**MATERIAL SHOWN**
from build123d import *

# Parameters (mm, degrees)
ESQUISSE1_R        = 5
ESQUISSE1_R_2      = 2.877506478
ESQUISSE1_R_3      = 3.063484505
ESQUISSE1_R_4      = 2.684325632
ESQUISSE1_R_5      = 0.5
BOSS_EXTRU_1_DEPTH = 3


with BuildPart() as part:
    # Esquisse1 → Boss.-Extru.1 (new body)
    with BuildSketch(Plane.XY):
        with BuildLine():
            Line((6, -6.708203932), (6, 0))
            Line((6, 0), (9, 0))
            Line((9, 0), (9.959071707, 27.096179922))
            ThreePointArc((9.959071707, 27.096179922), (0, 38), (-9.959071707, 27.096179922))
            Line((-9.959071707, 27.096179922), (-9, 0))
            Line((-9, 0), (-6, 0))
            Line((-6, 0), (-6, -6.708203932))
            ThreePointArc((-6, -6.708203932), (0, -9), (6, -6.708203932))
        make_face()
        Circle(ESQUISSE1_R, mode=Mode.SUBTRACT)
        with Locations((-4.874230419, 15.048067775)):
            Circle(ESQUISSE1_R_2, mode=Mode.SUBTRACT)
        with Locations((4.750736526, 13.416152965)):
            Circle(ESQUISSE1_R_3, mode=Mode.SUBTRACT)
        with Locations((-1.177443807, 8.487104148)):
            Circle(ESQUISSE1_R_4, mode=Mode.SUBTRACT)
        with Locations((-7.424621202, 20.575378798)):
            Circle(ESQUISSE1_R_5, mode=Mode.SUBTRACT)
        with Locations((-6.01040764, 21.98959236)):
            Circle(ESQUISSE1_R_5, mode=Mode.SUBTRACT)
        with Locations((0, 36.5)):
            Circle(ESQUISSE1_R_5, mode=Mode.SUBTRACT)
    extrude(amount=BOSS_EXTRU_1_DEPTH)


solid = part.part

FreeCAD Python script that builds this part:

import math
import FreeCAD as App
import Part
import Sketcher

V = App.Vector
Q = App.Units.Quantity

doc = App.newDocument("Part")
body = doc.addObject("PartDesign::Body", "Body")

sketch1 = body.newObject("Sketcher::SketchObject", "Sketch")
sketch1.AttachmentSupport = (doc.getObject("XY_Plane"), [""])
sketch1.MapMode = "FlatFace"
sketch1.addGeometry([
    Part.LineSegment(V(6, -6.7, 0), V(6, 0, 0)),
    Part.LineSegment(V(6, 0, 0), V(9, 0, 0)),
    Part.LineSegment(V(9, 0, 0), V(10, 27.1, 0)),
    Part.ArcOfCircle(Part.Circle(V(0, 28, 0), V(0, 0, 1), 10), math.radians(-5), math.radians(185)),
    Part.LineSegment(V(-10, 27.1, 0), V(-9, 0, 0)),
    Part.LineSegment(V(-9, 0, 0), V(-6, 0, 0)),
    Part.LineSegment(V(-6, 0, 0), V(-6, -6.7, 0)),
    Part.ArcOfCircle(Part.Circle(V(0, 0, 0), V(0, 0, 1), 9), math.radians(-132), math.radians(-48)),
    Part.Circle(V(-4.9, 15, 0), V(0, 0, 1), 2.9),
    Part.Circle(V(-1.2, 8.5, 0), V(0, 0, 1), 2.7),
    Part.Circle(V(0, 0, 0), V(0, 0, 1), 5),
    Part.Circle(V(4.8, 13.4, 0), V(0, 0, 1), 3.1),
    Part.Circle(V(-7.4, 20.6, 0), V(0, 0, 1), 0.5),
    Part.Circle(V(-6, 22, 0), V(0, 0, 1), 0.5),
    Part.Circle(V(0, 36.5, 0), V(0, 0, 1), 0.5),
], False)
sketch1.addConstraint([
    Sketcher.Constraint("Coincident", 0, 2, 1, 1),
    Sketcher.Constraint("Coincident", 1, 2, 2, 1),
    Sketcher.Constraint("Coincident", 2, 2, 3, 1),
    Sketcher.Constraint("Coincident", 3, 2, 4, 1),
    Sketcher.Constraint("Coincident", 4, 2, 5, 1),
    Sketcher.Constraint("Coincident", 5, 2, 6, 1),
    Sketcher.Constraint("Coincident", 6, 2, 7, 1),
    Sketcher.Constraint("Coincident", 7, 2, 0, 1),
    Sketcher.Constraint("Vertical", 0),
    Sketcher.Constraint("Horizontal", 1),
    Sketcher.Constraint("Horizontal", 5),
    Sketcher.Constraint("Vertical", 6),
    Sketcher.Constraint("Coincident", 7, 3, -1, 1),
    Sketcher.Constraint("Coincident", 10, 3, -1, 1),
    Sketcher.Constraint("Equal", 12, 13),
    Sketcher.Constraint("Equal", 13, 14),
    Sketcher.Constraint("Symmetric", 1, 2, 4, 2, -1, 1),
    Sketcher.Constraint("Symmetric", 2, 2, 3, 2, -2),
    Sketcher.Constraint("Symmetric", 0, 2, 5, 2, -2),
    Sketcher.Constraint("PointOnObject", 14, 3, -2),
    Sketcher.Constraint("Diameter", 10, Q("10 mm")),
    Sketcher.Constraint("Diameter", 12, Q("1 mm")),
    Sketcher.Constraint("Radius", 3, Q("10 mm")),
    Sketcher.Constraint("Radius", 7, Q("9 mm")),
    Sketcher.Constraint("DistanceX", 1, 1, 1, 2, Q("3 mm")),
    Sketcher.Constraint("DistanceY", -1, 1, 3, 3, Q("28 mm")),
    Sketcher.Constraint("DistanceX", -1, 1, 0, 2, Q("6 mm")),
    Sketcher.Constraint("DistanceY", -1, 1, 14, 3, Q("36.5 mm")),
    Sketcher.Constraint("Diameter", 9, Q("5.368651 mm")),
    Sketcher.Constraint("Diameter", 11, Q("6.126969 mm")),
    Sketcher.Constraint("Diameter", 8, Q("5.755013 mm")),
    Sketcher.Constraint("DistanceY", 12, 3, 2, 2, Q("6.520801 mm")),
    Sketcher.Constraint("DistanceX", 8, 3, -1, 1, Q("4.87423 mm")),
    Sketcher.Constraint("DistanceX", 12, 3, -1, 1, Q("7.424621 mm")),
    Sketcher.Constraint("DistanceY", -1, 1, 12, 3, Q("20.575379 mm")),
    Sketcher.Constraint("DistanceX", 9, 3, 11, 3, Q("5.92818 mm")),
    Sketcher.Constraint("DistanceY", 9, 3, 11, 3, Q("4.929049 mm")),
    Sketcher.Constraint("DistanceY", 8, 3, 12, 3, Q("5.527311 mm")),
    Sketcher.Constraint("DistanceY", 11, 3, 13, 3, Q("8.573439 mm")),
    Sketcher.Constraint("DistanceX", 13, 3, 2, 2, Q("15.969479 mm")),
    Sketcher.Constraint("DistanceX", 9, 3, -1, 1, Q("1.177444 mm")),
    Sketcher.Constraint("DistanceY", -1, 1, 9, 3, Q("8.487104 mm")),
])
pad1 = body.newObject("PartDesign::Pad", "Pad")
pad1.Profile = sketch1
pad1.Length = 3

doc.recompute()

**BRIEF**
Print exactly the lines of the listing above starting at the line containing "Line((6, 0), (9, 0))" and ending at the line containing "Circle(ESQUISSE1_R_2, mode=Mode.SUBTRACT)", both included.

**ANSWER FOR THE TASK**
            Line((6, 0), (9, 0))
            Line((9, 0), (9.959071707, 27.096179922))
            ThreePointArc((9.959071707, 27.096179922), (0, 38), (-9.959071707, 27.096179922))
            Line((-9.959071707, 27.096179922), (-9, 0))
            Line((-9, 0), (-6, 0))
            Line((-6, 0), (-6, -6.708203932))
            ThreePointArc((-6, -6.708203932), (0, -9), (6, -6.708203932))
        make_face()
        Circle(ESQUISSE1_R, mode=Mode.SUBTRACT)
        with Locations((-4.874230419, 15.048067775)):
            Circle(ESQUISSE1_R_2, mode=Mode.SUBTRACT)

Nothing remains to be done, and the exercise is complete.